### [WORK ITEM]
A word-for-word copy of the records below is required.

### GIVEN INFORMATION ###

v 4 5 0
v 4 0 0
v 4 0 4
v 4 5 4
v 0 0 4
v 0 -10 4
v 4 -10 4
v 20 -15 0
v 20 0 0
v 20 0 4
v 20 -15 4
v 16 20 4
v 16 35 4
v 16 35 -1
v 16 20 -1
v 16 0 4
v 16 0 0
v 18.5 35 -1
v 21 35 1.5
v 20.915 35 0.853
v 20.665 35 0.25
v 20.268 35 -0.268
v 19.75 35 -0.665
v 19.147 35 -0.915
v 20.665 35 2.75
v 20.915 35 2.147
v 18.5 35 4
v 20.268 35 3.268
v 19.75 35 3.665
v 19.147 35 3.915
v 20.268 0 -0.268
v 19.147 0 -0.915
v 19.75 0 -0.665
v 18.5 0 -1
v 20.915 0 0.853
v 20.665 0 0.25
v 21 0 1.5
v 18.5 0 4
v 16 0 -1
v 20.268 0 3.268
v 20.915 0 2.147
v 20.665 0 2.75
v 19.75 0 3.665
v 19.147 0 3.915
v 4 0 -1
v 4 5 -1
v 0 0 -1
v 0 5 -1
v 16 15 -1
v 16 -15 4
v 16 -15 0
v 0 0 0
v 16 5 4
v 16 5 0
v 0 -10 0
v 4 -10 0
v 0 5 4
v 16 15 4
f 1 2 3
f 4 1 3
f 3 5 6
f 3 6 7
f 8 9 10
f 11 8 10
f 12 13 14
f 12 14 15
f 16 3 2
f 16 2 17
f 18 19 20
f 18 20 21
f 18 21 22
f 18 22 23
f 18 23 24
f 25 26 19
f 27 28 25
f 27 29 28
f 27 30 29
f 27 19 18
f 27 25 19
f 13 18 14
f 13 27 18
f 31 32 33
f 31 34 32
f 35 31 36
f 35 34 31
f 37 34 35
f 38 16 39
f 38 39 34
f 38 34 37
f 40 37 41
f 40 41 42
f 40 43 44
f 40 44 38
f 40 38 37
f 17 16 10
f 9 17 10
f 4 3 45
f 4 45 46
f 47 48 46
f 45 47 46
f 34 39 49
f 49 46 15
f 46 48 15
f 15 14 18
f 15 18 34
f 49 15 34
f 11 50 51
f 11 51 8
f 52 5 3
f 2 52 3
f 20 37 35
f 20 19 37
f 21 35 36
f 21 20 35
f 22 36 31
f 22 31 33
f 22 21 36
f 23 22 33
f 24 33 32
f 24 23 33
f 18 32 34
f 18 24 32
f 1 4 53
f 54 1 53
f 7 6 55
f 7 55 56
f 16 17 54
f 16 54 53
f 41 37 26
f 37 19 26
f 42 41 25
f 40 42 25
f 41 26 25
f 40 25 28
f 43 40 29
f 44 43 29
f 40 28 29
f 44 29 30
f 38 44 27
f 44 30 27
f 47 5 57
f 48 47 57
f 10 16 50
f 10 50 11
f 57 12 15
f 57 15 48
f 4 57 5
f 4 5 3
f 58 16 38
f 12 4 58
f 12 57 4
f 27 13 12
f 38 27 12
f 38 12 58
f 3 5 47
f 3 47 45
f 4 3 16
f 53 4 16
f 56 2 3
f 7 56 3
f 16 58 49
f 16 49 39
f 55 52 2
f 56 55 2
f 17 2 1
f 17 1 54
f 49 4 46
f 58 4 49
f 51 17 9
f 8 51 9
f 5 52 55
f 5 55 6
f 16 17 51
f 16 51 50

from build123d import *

# Parameters (mm, degrees)
F0_W     = 4
F0_H     = 4
F1_DEPTH = 10
F2_DEPTH = 15
F0_W_2   = 12
F3_DEPTH = 5
F4_W     = 4
F4_H     = 5
F4_W_2   = 5
F5_DEPTH = 5
F6_R     = 2.49999


# Not quite as in the source:
# - a fillet or chamfer is up to 0.001 mm smaller than in the source, because OpenCascade refuses the exact size


with BuildPart() as f1:
    # F0 (on Front) → F1 (new body)
    with BuildSketch(Plane.XZ):
        with Locations((2, 2)):
            Rectangle(F0_W, F0_H)
    extrude(amount=F1_DEPTH)


with BuildPart() as f2:
    # F0 (on Front) → F2 (new body)
    with BuildSketch(Plane.XZ):
        with Locations((18, 2)):
            Rectangle(F0_W, F0_H)
    extrude(amount=F2_DEPTH)


with BuildPart() as f3:
    # F0 (on Front) → F3 (new body)
    with BuildSketch(Plane.XZ):
        with Locations((10, 2)):
            Rectangle(F0_W_2, F0_H)
    extrude(amount=-F3_DEPTH)


with BuildPart() as f5:
    # F4 (on face) → F5 (new body)
    with BuildSketch(Plane.XY.offset(4)):
        Polygon((16, 15), (16, 5), (21, 5), (21, 35), (16, 35), (16, 20), align=None)
        with Locations((2, 2.5)):
            Rectangle(F4_W, F4_H)
        Polygon((4, 5), (16, 15), (16, 20), (0, 5), align=None)
        with Locations((18.5, 2.5)):
            Rectangle(F4_W_2, F4_H)
    extrude(amount=-F5_DEPTH)

    # F6 (radius 2.5 in the source; OpenCascade refuses exactly that, so slightly less here)
    f6_edges = [f5.edges().sort_by_distance(p)[0] for p in [
        (21, 17.5, -1),
        (21, 17.5, 4),
    ]]
    fillet(f6_edges, radius=F6_R)


solid = Compound([f1.part, f2.part, f3.part, f5.part])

###

### [RESPONSE]
v 4 5 0
v 4 0 0
v 4 0 4
v 4 5 4
v 0 0 4
v 0 -10 4
v 4 -10 4
v 20 -15 0
v 20 0 0
v 20 0 4
v 20 -15 4
v 16 20 4
v 16 35 4
v 16 35 -1
v 16 20 -1
v 16 0 4
v 16 0 0
v 18.5 35 -1
v 21 35 1.5
v 20.915 35 0.853
v 20.665 35 0.25
v 20.268 35 -0.268
v 19.75 35 -0.665
v 19.147 35 -0.915
v 20.665 35 2.75
v 20.915 35 2.147
v 18.5 35 4
v 20.268 35 3.268
v 19.75 35 3.665
v 19.147 35 3.915
v 20.268 0 -0.268
v 19.147 0 -0.915
v 19.75 0 -0.665
v 18.5 0 -1
v 20.915 0 0.853
v 20.665 0 0.25
v 21 0 1.5
v 18.5 0 4
v 16 0 -1
v 20.268 0 3.268
v 20.915 0 2.147
v 20.665 0 2.75
v 19.75 0 3.665
v 19.147 0 3.915
v 4 0 -1
v 4 5 -1
v 0 0 -1
v 0 5 -1
v 16 15 -1
v 16 -15 4
v 16 -15 0
v 0 0 0
v 16 5 4
v 16 5 0
v 0 -10 0
v 4 -10 0
v 0 5 4
v 16 15 4
f 1 2 3
f 4 1 3
f 3 5 6
f 3 6 7
f 8 9 10
f 11 8 10
f 12 13 14
f 12 14 15
f 16 3 2
f 16 2 17
f 18 19 20
f 18 20 21
f 18 21 22
f 18 22 23
f 18 23 24
f 25 26 19
f 27 28 25
f 27 29 28
f 27 30 29
f 27 19 18
f 27 25 19
f 13 18 14
f 13 27 18
f 31 32 33
f 31 34 32
f 35 31 36
f 35 34 31
f 37 34 35
f 38 16 39
f 38 39 34
f 38 34 37
f 40 37 41
f 40 41 42
f 40 43 44
f 40 44 38
f 40 38 37
f 17 16 10
f 9 17 10
f 4 3 45
f 4 45 46
f 47 48 46
f 45 47 46
f 34 39 49
f 49 46 15
f 46 48 15
f 15 14 18
f 15 18 34
f 49 15 34
f 11 50 51
f 11 51 8
f 52 5 3
f 2 52 3
f 20 37 35
f 20 19 37
f 21 35 36
f 21 20 35
f 22 36 31
f 22 31 33
f 22 21 36
f 23 22 33
f 24 33 32
f 24 23 33
f 18 32 34
f 18 24 32
f 1 4 53
f 54 1 53
f 7 6 55
f 7 55 56
f 16 17 54
f 16 54 53
f 41 37 26
f 37 19 26
f 42 41 25
f 40 42 25
f 41 26 25
f 40 25 28
f 43 40 29
f 44 43 29
f 40 28 29
f 44 29 30
f 38 44 27
f 44 30 27
f 47 5 57
f 48 47 57
f 10 16 50
f 10 50 11
f 57 12 15
f 57 15 48
f 4 57 5
f 4 5 3
f 58 16 38
f 12 4 58
f 12 57 4
f 27 13 12
f 38 27 12
f 38 12 58
f 3 5 47
f 3 47 45
f 4 3 16
f 53 4 16
f 56 2 3
f 7 56 3
f 16 58 49
f 16 49 39
f 55 52 2
f 56 55 2
f 17 2 1
f 17 1 54
f 49 4 46
f 58 4 49
f 51 17 9
f 8 51 9
f 5 52 55
f 5 55 6
f 16 17 51
f 16 51 50

from build123d import *

# Parameters (mm, degrees)
F0_W     = 4
F0_H     = 4
F1_DEPTH = 10
F2_DEPTH = 15
F0_W_2   = 12
F3_DEPTH = 5
F4_W     = 4
F4_H     = 5
F4_W_2   = 5
F5_DEPTH = 5
F6_R     = 2.49999


# Not quite as in the source:
# - a fillet or chamfer is up to 0.001 mm smaller than in the source, because OpenCascade refuses the exact size


with BuildPart() as f1:
    # F0 (on Front) → F1 (new body)
    with BuildSketch(Plane.XZ):
        with Locations((2, 2)):
            Rectangle(F0_W, F0_H)
    extrude(amount=F1_DEPTH)


with BuildPart() as f2:
    # F0 (on Front) → F2 (new body)
    with BuildSketch(Plane.XZ):
        with Locations((18, 2)):
            Rectangle(F0_W, F0_H)
    extrude(amount=F2_DEPTH)


with BuildPart() as f3:
    # F0 (on Front) → F3 (new body)
    with BuildSketch(Plane.XZ):
        with Locations((10, 2)):
            Rectangle(F0_W_2, F0_H)
    extrude(amount=-F3_DEPTH)


with BuildPart() as f5:
    # F4 (on face) → F5 (new body)
    with BuildSketch(Plane.XY.offset(4)):
        Polygon((16, 15), (16, 5), (21, 5), (21, 35), (16, 35), (16, 20), align=None)
        with Locations((2, 2.5)):
            Rectangle(F4_W, F4_H)
        Polygon((4, 5), (16, 15), (16, 20), (0, 5), align=None)
        with Locations((18.5, 2.5)):
            Rectangle(F4_W_2, F4_H)
    extrude(amount=-F5_DEPTH)

    # F6 (radius 2.5 in the source; OpenCascade refuses exactly that, so slightly less here)
    f6_edges = [f5.edges().sort_by_distance(p)[0] for p in [
        (21, 17.5, -1),
        (21, 17.5, 4),
    ]]
    fillet(f6_edges, radius=F6_R)


solid = Compound([f1.part, f2.part, f3.part, f5.part])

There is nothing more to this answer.